==== SUPPLIED INFORMATION

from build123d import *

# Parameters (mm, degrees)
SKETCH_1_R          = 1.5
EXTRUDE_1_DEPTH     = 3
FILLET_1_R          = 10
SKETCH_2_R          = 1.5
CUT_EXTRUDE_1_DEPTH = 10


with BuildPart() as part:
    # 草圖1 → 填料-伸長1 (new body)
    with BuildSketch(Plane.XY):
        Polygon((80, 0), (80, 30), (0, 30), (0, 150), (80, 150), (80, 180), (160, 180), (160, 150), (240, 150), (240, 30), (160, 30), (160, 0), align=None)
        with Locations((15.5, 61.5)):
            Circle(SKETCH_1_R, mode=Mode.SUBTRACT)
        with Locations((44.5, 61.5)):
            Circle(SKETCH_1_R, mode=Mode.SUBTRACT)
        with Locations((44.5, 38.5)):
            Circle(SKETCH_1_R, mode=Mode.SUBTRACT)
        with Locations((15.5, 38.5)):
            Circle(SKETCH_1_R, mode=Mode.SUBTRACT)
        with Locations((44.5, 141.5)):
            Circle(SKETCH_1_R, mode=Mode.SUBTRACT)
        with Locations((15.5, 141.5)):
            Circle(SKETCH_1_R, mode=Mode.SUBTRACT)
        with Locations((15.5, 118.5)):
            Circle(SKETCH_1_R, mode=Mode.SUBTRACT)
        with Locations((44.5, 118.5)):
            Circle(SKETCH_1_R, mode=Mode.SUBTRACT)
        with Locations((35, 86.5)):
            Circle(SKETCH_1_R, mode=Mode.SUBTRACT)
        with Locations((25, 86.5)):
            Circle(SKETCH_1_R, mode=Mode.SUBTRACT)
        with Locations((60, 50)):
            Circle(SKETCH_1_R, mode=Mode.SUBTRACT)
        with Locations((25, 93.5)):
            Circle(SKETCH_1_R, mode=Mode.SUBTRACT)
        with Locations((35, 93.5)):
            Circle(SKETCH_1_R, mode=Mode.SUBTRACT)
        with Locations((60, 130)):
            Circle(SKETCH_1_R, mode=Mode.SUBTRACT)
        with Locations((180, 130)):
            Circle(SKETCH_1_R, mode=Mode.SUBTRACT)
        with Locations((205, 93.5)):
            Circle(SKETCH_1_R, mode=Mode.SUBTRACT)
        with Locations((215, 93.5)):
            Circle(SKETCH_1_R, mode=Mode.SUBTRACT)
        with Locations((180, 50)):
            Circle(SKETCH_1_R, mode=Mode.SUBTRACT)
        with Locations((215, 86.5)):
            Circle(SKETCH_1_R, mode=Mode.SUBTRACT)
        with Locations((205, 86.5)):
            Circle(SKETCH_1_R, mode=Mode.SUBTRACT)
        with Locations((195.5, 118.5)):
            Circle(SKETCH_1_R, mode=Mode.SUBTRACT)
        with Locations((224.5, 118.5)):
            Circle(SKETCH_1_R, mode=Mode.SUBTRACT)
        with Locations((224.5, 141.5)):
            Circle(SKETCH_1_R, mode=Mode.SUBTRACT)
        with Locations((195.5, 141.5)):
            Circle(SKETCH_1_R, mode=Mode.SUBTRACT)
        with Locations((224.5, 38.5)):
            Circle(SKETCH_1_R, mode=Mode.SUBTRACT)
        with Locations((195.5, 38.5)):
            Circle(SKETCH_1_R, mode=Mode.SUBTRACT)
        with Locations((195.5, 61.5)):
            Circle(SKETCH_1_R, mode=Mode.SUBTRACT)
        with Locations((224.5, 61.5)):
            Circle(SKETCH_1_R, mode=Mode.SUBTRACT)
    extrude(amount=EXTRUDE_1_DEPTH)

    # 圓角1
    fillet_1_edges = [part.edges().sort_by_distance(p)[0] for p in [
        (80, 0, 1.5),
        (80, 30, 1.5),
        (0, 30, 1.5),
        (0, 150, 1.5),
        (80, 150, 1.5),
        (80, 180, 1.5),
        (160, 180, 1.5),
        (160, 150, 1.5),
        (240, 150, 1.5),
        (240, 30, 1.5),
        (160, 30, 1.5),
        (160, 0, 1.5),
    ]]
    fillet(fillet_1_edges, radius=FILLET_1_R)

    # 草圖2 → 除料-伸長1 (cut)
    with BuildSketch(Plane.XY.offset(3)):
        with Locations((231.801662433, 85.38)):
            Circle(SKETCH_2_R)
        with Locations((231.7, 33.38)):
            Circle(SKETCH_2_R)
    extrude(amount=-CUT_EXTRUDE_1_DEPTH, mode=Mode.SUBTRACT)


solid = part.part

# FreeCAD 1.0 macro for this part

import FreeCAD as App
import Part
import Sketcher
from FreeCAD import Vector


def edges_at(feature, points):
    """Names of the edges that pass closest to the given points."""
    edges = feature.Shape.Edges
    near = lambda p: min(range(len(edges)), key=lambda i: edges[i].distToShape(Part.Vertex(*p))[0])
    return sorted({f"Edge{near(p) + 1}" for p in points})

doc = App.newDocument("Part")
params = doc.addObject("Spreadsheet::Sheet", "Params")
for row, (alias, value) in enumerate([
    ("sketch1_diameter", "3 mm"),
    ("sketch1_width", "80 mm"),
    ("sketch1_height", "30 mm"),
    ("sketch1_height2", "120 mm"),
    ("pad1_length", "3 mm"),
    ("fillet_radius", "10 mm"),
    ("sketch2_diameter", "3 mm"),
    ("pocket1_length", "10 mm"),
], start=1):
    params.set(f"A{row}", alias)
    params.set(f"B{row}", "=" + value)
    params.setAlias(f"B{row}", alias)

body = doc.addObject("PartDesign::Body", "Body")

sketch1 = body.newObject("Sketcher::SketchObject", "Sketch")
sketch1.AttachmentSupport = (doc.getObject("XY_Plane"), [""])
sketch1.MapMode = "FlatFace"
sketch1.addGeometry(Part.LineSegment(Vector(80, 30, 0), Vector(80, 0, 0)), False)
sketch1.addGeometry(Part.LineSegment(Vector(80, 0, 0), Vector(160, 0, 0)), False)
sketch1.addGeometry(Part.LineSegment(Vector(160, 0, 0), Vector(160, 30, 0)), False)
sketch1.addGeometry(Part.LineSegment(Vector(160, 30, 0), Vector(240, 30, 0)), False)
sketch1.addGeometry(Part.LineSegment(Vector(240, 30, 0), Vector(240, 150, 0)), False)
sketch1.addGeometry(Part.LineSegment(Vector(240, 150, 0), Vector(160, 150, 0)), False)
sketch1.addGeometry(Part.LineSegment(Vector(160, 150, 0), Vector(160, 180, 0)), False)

========
==== SUPPLIED INFORMATION

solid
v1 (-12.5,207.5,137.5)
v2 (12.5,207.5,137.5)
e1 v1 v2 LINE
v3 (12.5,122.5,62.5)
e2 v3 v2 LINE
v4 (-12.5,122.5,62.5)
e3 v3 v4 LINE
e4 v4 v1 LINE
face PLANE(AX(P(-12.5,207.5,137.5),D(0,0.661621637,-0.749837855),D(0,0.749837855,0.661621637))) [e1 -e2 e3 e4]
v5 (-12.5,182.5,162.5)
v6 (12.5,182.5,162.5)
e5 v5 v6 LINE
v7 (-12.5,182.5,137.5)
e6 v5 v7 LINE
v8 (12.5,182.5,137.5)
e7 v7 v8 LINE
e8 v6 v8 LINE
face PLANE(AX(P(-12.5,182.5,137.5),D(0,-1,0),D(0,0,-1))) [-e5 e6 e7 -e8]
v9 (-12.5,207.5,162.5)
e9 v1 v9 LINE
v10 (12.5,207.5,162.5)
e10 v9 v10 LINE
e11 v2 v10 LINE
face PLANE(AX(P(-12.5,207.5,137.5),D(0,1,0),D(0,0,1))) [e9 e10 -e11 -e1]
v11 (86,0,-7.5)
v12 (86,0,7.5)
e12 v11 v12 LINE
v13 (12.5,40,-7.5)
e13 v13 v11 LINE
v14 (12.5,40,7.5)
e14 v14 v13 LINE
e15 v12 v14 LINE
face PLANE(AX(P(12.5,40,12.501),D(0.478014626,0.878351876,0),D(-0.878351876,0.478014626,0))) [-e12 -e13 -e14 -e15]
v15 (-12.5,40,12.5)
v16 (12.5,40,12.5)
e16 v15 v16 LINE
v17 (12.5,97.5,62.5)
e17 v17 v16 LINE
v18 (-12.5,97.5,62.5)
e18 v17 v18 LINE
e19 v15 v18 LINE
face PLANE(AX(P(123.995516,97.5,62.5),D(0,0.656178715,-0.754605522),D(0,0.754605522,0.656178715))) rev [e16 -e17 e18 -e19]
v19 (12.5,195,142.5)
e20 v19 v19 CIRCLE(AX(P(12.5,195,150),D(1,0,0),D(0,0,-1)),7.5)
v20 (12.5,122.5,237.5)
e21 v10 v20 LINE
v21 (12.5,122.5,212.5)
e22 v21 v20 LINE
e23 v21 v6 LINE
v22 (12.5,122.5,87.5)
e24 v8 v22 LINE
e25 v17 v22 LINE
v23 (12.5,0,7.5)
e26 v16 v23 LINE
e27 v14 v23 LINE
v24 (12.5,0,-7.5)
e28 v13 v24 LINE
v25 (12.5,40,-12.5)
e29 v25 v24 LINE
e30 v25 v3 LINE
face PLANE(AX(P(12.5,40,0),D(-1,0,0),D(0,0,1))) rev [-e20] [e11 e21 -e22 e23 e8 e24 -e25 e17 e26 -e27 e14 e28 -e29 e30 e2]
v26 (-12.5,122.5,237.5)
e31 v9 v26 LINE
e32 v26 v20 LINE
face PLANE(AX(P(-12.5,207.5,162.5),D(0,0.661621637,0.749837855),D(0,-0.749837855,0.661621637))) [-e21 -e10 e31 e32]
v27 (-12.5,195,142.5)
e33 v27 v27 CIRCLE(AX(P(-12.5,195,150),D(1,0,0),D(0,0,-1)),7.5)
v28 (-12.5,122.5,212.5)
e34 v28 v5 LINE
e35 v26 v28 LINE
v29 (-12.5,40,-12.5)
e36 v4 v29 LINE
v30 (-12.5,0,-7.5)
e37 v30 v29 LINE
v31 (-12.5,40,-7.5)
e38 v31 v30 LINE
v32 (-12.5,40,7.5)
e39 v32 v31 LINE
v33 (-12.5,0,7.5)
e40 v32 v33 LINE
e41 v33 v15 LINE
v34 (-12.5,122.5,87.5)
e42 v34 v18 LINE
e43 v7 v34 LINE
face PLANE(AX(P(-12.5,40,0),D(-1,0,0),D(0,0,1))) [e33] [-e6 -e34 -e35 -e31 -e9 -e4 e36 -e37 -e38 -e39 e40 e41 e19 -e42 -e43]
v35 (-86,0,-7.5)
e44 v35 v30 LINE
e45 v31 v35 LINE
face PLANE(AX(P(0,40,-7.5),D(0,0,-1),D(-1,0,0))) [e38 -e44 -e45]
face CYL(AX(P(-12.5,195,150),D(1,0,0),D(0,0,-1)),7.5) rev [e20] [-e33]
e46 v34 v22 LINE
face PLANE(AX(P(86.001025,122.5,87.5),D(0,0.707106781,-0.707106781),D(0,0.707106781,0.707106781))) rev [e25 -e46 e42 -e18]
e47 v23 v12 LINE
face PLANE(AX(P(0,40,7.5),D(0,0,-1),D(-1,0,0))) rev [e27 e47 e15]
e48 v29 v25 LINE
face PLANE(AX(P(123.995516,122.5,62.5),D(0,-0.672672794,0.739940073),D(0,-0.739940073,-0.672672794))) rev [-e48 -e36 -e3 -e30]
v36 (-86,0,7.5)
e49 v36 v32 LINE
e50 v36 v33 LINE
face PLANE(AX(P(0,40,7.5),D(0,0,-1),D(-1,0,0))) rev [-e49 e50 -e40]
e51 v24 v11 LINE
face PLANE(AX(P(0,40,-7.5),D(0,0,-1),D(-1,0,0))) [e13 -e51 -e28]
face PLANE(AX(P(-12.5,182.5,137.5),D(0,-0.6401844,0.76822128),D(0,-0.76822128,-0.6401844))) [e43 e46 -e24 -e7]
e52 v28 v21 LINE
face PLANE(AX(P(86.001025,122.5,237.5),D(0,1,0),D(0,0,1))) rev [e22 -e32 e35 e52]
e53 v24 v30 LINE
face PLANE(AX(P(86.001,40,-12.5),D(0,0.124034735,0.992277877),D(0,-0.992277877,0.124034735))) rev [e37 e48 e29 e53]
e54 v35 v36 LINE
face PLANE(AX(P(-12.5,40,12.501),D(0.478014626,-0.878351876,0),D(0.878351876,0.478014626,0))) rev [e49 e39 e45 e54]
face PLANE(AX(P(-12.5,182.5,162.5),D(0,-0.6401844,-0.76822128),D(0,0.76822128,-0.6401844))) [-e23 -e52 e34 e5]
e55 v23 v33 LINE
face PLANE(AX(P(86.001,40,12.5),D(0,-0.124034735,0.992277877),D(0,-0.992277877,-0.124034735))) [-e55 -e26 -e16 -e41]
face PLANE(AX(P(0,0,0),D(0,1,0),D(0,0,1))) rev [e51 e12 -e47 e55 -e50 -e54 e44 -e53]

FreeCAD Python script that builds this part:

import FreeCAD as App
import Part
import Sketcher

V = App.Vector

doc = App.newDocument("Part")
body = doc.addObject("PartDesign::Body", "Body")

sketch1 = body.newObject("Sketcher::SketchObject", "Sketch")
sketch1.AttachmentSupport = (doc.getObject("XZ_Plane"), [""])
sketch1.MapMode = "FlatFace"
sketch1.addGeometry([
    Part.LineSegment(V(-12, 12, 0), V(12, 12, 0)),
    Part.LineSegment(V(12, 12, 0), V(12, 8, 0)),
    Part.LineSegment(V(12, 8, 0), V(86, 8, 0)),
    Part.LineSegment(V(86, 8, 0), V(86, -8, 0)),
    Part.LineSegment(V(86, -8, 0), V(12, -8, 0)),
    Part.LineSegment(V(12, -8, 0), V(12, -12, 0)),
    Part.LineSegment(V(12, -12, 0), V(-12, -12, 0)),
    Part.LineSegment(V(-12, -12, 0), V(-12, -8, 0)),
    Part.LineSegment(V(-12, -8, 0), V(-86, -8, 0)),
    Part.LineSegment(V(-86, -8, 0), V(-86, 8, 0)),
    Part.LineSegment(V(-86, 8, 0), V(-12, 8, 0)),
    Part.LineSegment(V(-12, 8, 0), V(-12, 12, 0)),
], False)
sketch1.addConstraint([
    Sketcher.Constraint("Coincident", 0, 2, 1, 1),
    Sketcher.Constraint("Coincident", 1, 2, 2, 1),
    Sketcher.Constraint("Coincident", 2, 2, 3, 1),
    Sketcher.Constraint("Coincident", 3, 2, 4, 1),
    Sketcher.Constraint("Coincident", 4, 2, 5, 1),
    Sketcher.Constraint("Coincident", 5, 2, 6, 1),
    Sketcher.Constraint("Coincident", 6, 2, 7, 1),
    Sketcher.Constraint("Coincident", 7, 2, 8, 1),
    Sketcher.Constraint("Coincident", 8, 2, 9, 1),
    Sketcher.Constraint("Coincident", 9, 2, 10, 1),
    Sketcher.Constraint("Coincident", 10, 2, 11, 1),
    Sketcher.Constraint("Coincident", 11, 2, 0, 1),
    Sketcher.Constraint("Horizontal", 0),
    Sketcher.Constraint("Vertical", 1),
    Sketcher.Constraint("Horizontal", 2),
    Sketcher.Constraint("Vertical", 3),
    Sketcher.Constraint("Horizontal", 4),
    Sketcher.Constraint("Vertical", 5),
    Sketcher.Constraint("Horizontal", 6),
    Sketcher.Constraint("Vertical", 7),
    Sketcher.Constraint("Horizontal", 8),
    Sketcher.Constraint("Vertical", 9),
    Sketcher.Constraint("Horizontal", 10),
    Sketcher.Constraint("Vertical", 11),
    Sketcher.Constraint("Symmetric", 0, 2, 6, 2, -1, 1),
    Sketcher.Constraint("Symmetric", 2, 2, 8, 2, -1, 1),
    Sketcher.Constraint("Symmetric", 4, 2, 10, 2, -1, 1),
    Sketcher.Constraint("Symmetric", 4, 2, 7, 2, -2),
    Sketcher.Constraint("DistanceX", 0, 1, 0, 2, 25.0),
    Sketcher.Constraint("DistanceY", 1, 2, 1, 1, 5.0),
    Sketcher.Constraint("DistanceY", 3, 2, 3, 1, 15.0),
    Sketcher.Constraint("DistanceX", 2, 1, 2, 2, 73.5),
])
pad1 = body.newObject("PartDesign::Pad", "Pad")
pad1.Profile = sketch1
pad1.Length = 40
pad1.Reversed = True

========

→ WHAT THE TASK ASKS
Looking at the data above, write out exactly the lines that start at the one containing "e55 v23 v33 LINE" and end at the one containing "FreeCAD Python script"; include both and nothing beyond.

→ EXERCISE RESULT
e55 v23 v33 LINE
face PLANE(AX(P(86.001,40,12.5),D(0,-0.124034735,0.992277877),D(0,-0.992277877,-0.124034735))) [-e55 -e26 -e16 -e41]
face PLANE(AX(P(0,0,0),D(0,1,0),D(0,0,1))) rev [e51 e12 -e47 e55 -e50 -e54 e44 -e53]

FreeCAD Python script that builds this part:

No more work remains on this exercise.